Start of Block
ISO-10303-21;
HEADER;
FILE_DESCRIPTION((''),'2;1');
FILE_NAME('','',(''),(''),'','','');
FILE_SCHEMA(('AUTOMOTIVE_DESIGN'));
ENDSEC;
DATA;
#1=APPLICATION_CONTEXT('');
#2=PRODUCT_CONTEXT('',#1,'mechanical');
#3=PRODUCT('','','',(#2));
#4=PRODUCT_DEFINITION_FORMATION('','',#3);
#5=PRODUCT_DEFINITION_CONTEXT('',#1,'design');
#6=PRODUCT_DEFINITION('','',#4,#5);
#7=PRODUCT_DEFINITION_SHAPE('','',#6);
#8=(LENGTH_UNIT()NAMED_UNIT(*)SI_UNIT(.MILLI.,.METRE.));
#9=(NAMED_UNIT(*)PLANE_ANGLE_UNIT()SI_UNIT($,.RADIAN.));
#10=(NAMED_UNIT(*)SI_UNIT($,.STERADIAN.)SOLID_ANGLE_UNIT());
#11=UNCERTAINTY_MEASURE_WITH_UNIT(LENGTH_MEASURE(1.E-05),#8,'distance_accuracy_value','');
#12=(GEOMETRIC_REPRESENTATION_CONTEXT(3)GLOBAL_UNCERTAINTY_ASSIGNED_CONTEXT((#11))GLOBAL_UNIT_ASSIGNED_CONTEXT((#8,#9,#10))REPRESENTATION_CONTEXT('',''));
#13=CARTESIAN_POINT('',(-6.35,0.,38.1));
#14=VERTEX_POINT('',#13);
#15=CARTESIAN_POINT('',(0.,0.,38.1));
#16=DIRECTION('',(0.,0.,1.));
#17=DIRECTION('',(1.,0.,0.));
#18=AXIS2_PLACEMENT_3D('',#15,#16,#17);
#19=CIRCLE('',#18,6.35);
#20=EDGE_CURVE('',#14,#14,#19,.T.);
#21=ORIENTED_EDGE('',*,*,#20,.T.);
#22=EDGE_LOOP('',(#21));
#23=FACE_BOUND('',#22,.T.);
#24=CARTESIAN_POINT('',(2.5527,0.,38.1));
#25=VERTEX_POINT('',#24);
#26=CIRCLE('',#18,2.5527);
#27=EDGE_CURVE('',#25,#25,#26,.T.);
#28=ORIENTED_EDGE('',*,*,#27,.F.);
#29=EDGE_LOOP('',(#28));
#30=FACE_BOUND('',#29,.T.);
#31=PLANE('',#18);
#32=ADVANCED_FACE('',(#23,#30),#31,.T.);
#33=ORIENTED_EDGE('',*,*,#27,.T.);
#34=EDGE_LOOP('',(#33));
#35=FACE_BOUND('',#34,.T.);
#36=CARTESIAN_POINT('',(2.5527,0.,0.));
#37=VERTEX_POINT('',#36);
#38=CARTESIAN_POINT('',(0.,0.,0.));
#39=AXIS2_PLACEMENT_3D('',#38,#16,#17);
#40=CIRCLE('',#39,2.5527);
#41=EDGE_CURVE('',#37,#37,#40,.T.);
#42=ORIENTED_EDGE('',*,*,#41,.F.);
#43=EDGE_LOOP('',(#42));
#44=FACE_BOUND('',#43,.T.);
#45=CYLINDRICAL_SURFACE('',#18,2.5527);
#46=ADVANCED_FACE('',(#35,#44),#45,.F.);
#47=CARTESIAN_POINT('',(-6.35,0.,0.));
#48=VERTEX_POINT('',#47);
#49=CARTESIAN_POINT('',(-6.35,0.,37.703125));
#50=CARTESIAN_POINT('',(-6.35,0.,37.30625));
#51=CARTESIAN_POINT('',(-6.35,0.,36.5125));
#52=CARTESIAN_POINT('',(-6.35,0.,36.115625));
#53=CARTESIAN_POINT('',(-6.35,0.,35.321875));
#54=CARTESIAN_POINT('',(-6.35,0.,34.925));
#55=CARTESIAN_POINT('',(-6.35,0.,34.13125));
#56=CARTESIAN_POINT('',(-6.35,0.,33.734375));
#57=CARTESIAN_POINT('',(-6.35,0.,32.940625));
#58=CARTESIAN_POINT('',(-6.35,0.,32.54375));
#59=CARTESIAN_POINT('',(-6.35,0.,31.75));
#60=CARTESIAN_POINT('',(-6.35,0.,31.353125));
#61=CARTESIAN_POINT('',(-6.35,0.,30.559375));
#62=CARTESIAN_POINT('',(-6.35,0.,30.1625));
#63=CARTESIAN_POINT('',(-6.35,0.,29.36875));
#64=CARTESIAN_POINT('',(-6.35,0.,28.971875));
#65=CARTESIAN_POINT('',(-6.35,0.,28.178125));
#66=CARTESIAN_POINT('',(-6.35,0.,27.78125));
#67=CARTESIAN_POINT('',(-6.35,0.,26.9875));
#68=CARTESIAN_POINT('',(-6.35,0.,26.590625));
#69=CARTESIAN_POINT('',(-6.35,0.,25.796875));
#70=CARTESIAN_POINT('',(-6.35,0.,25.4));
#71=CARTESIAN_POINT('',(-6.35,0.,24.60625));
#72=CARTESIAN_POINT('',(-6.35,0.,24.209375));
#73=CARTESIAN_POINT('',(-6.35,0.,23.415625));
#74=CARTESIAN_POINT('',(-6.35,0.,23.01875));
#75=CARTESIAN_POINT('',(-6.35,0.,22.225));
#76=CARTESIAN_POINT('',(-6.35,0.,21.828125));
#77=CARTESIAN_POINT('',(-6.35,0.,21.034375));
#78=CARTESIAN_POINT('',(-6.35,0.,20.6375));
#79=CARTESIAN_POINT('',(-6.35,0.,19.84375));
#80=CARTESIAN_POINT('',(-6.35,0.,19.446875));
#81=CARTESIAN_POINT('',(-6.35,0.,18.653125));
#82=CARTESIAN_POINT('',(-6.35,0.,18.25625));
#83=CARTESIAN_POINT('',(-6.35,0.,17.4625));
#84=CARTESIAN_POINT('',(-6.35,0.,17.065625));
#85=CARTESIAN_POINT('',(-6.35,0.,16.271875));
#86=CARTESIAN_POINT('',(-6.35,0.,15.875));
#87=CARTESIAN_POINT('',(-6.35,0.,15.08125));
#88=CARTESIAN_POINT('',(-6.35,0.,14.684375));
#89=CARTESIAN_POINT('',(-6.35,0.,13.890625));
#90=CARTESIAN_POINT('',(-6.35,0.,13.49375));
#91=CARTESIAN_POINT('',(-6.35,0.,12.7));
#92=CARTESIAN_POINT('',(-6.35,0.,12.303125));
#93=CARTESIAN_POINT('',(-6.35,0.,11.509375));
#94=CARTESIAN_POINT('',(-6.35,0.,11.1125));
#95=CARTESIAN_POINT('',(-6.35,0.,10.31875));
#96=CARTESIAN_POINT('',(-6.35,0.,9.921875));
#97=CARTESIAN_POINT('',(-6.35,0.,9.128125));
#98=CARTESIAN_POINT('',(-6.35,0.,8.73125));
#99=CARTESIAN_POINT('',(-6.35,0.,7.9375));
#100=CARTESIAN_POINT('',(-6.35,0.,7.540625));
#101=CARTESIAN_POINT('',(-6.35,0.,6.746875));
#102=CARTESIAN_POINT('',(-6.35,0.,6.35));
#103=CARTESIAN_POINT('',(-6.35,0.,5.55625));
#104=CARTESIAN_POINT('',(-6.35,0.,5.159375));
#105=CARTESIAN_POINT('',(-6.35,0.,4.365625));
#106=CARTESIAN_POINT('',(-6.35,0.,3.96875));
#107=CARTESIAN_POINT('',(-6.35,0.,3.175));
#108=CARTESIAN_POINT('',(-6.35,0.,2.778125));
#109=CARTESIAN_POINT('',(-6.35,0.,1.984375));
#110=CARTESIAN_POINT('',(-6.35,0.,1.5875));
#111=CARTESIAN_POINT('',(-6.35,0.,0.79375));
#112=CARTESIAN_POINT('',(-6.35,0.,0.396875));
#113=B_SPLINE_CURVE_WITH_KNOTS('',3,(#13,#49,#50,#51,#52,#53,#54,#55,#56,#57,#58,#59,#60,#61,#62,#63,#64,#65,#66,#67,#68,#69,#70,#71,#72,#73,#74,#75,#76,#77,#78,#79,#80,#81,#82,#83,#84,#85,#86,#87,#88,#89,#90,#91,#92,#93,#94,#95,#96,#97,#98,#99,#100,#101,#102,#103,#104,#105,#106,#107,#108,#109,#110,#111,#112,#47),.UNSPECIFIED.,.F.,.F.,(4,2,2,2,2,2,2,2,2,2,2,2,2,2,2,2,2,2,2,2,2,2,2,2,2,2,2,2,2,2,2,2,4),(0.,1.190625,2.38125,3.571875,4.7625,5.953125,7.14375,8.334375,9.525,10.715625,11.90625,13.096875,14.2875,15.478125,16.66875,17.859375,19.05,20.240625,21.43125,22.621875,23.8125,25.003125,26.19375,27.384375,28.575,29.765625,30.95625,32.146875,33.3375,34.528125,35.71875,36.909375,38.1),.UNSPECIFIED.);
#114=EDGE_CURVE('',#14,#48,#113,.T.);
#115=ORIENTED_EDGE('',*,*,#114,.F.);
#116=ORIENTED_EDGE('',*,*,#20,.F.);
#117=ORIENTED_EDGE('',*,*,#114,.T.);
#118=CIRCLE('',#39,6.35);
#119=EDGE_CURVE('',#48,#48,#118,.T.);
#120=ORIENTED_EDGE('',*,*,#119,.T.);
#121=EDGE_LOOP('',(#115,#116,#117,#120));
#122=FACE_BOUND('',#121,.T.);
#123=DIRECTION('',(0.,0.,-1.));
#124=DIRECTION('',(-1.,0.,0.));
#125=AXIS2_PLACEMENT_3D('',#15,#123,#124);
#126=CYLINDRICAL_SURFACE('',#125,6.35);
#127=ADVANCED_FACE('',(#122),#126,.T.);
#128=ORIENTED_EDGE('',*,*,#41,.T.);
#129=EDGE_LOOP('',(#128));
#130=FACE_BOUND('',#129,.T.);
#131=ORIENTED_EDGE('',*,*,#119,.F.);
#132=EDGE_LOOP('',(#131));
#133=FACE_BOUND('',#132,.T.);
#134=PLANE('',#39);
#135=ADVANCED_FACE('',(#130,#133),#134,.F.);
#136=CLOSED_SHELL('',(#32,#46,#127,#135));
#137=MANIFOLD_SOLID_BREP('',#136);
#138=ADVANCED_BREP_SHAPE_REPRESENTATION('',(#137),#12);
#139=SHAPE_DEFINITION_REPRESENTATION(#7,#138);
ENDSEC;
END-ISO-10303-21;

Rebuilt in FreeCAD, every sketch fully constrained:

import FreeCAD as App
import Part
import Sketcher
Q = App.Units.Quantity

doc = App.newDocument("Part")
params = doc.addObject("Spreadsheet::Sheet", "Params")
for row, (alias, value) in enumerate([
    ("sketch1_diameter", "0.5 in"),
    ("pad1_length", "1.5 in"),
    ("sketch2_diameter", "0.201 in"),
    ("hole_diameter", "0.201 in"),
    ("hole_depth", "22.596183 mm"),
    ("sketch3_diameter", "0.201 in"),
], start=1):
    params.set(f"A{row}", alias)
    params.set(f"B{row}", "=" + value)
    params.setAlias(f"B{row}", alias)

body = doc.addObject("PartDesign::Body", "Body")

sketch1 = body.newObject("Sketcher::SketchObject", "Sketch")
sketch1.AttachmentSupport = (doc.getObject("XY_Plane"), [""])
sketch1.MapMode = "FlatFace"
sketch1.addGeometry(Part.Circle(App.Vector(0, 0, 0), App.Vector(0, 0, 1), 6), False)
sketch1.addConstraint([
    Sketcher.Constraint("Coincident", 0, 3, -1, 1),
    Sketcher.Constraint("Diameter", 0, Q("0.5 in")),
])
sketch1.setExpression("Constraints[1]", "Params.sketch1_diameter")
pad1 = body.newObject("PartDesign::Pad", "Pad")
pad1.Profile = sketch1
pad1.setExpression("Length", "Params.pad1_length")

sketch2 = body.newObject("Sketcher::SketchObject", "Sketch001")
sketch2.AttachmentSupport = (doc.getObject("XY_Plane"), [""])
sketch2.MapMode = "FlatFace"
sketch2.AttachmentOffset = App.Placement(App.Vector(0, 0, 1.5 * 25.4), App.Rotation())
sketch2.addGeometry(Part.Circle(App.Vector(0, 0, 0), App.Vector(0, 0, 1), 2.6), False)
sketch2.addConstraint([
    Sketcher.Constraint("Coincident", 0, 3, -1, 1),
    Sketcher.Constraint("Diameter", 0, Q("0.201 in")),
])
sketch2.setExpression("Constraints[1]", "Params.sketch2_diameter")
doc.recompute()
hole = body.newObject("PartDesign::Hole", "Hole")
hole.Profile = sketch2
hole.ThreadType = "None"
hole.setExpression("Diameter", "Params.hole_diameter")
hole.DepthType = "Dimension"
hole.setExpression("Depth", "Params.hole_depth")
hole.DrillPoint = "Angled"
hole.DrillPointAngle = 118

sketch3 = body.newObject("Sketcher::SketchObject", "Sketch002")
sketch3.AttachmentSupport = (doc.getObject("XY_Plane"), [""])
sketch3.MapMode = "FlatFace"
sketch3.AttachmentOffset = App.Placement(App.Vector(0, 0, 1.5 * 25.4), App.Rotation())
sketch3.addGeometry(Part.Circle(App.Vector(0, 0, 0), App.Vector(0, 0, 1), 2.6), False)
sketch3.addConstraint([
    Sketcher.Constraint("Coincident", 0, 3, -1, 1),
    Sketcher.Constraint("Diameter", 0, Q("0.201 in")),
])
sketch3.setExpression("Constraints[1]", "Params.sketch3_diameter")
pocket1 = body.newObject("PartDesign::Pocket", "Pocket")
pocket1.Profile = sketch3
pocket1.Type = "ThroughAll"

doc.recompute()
End of Block
Please write out exactly the lines from the start of the data through the line that contains "#49=CARTESIAN_POINT('',(-6.35,0.,37.703125));", both ends included, and nothing else.

WRITTEN REPLY:
ISO-10303-21;
HEADER;
FILE_DESCRIPTION((''),'2;1');
FILE_NAME('','',(''),(''),'','','');
FILE_SCHEMA(('AUTOMOTIVE_DESIGN'));
ENDSEC;
DATA;
#1=APPLICATION_CONTEXT('');
#2=PRODUCT_CONTEXT('',#1,'mechanical');
#3=PRODUCT('','','',(#2));
#4=PRODUCT_DEFINITION_FORMATION('','',#3);
#5=PRODUCT_DEFINITION_CONTEXT('',#1,'design');
#6=PRODUCT_DEFINITION('','',#4,#5);
#7=PRODUCT_DEFINITION_SHAPE('','',#6);
#8=(LENGTH_UNIT()NAMED_UNIT(*)SI_UNIT(.MILLI.,.METRE.));
#9=(NAMED_UNIT(*)PLANE_ANGLE_UNIT()SI_UNIT($,.RADIAN.));
#10=(NAMED_UNIT(*)SI_UNIT($,.STERADIAN.)SOLID_ANGLE_UNIT());
#11=UNCERTAINTY_MEASURE_WITH_UNIT(LENGTH_MEASURE(1.E-05),#8,'distance_accuracy_value','');
#12=(GEOMETRIC_REPRESENTATION_CONTEXT(3)GLOBAL_UNCERTAINTY_ASSIGNED_CONTEXT((#11))GLOBAL_UNIT_ASSIGNED_CONTEXT((#8,#9,#10))REPRESENTATION_CONTEXT('',''));
#13=CARTESIAN_POINT('',(-6.35,0.,38.1));
#14=VERTEX_POINT('',#13);
#15=CARTESIAN_POINT('',(0.,0.,38.1));
#16=DIRECTION('',(0.,0.,1.));
#17=DIRECTION('',(1.,0.,0.));
#18=AXIS2_PLACEMENT_3D('',#15,#16,#17);
#19=CIRCLE('',#18,6.35);
#20=EDGE_CURVE('',#14,#14,#19,.T.);
#21=ORIENTED_EDGE('',*,*,#20,.T.);
#22=EDGE_LOOP('',(#21));
#23=FACE_BOUND('',#22,.T.);
#24=CARTESIAN_POINT('',(2.5527,0.,38.1));
#25=VERTEX_POINT('',#24);
#26=CIRCLE('',#18,2.5527);
#27=EDGE_CURVE('',#25,#25,#26,.T.);
#28=ORIENTED_EDGE('',*,*,#27,.F.);
#29=EDGE_LOOP('',(#28));
#30=FACE_BOUND('',#29,.T.);
#31=PLANE('',#18);
#32=ADVANCED_FACE('',(#23,#30),#31,.T.);
#33=ORIENTED_EDGE('',*,*,#27,.T.);
#34=EDGE_LOOP('',(#33));
#35=FACE_BOUND('',#34,.T.);
#36=CARTESIAN_POINT('',(2.5527,0.,0.));
#37=VERTEX_POINT('',#36);
#38=CARTESIAN_POINT('',(0.,0.,0.));
#39=AXIS2_PLACEMENT_3D('',#38,#16,#17);
#40=CIRCLE('',#39,2.5527);
#41=EDGE_CURVE('',#37,#37,#40,.T.);
#42=ORIENTED_EDGE('',*,*,#41,.F.);
#43=EDGE_LOOP('',(#42));
#44=FACE_BOUND('',#43,.T.);
#45=CYLINDRICAL_SURFACE('',#18,2.5527);
#46=ADVANCED_FACE('',(#35,#44),#45,.F.);
#47=CARTESIAN_POINT('',(-6.35,0.,0.));
#48=VERTEX_POINT('',#47);
#49=CARTESIAN_POINT('',(-6.35,0.,37.703125));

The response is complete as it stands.